** TASK MATERIAL **
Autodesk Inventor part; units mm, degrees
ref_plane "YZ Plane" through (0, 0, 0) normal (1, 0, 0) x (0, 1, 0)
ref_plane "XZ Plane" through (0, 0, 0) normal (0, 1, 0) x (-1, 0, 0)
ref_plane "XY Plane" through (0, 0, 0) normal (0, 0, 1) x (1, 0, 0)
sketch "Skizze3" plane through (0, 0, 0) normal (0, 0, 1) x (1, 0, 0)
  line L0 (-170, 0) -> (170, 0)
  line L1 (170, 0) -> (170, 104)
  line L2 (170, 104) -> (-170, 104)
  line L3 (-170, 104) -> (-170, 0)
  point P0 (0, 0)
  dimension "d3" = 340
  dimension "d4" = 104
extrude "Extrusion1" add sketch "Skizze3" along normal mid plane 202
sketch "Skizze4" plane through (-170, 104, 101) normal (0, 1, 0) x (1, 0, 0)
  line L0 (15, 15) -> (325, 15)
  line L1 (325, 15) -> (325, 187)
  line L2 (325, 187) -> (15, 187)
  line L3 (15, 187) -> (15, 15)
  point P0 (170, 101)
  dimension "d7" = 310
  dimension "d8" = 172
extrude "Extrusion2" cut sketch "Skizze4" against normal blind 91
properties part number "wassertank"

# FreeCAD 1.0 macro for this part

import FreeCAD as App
import Part
import Sketcher
from FreeCAD import Vector

doc = App.newDocument("Part")
body = doc.addObject("PartDesign::Body", "Body")

# Sketch on XY plane
sketch1 = doc.addObject("Sketcher::SketchObject", "Sketch")
body.addObject(sketch1)
sketch1.AttachmentSupport = (doc.XY_Plane, [""])
sketch1.MapMode = "FlatFace"
sketch1.addGeometry(Part.LineSegment(Vector(-170, 104, 0), Vector(-170, 0, 0)), False)
sketch1.addGeometry(Part.LineSegment(Vector(-170, 0, 0), Vector(170, 0, 0)), False)
sketch1.addGeometry(Part.LineSegment(Vector(170, 0, 0), Vector(170, 104, 0)), False)
sketch1.addGeometry(Part.LineSegment(Vector(170, 104, 0), Vector(-170, 104, 0)), False)
sketch1.addConstraint(Sketcher.Constraint("Coincident", 0, 2, 1, 1))
sketch1.addConstraint(Sketcher.Constraint("Coincident", 1, 2, 2, 1))
sketch1.addConstraint(Sketcher.Constraint("Coincident", 2, 2, 3, 1))
sketch1.addConstraint(Sketcher.Constraint("Coincident", 3, 2, 0, 1))
sketch1.addConstraint(Sketcher.Constraint("Vertical", 0))
sketch1.addConstraint(Sketcher.Constraint("Horizontal", 1))
sketch1.addConstraint(Sketcher.Constraint("Vertical", 2))
sketch1.addConstraint(Sketcher.Constraint("Horizontal", 3))
sketch1.addConstraint(Sketcher.Constraint("Symmetric", 0, 2, 1, 2, -1, 1))
sketch1.addConstraint(Sketcher.Constraint("DistanceX", 1, 1, 1, 2, 340.0))
sketch1.addConstraint(Sketcher.Constraint("DistanceY", 0, 2, 0, 1, 104.0))
pad1 = doc.addObject("PartDesign::Pad", "Pad")
body.addObject(pad1)
pad1.Profile = sketch1
pad1.Length = 202
pad1.Midplane = True

# Sketch on XZ plane
sketch2 = doc.addObject("Sketcher::SketchObject", "Sketch001")
body.addObject(sketch2)
sketch2.AttachmentSupport = (doc.XZ_Plane, [""])
sketch2.MapMode = "FlatFace"
sketch2.AttachmentOffset = App.Placement(Vector(0, 0, -104), App.Rotation())
sketch2.addGeometry(Part.LineSegment(Vector(-155, -86, 0), Vector(-155, 86, 0)), False)
sketch2.addGeometry(Part.LineSegment(Vector(-155, 86, 0), Vector(155, 86, 0)), False)
sketch2.addGeometry(Part.LineSegment(Vector(155, 86, 0), Vector(155, -86, 0)), False)
sketch2.addGeometry(Part.LineSegment(Vector(155, -86, 0), Vector(-155, -86, 0)), False)
sketch2.addConstraint(Sketcher.Constraint("Coincident", 0, 2, 1, 1))
sketch2.addConstraint(Sketcher.Constraint("Coincident", 1, 2, 2, 1))
sketch2.addConstraint(Sketcher.Constraint("Coincident", 2, 2, 3, 1))
sketch2.addConstraint(Sketcher.Constraint("Coincident", 3, 2, 0, 1))
sketch2.addConstraint(Sketcher.Constraint("Vertical", 0))
sketch2.addConstraint(Sketcher.Constraint("Horizontal", 1))
sketch2.addConstraint(Sketcher.Constraint("Vertical", 2))
sketch2.addConstraint(Sketcher.Constraint("Horizontal", 3))
sketch2.addConstraint(Sketcher.Constraint("Symmetric", 0, 2, 2, 2, -1, 1))
sketch2.addConstraint(Sketcher.Constraint("DistanceX", 1, 1, 1, 2, 310.0))
sketch2.addConstraint(Sketcher.Constraint("DistanceY", 0, 1, 0, 2, 172.0))
pocket1 = doc.addObject("PartDesign::Pocket", "Pocket")
body.addObject(pocket1)
pocket1.Profile = sketch2
pocket1.Length = 91
pocket1.Reversed = True

doc.recompute()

** THE PROBLEM **
Output should match, line for line, the stretch of the material above from the line holding "0) x (1, 0, 0)" through the line holding "properties part number".

** ANSWER **
sketch "Skizze4" plane through (-170, 104, 101) normal (0, 1, 0) x (1, 0, 0)
  line L0 (15, 15) -> (325, 15)
  line L1 (325, 15) -> (325, 187)
  line L2 (325, 187) -> (15, 187)
  line L3 (15, 187) -> (15, 15)
  point P0 (170, 101)
  dimension "d7" = 310
  dimension "d8" = 172
extrude "Extrusion2" cut sketch "Skizze4" against normal blind 91
properties part number "wassertank"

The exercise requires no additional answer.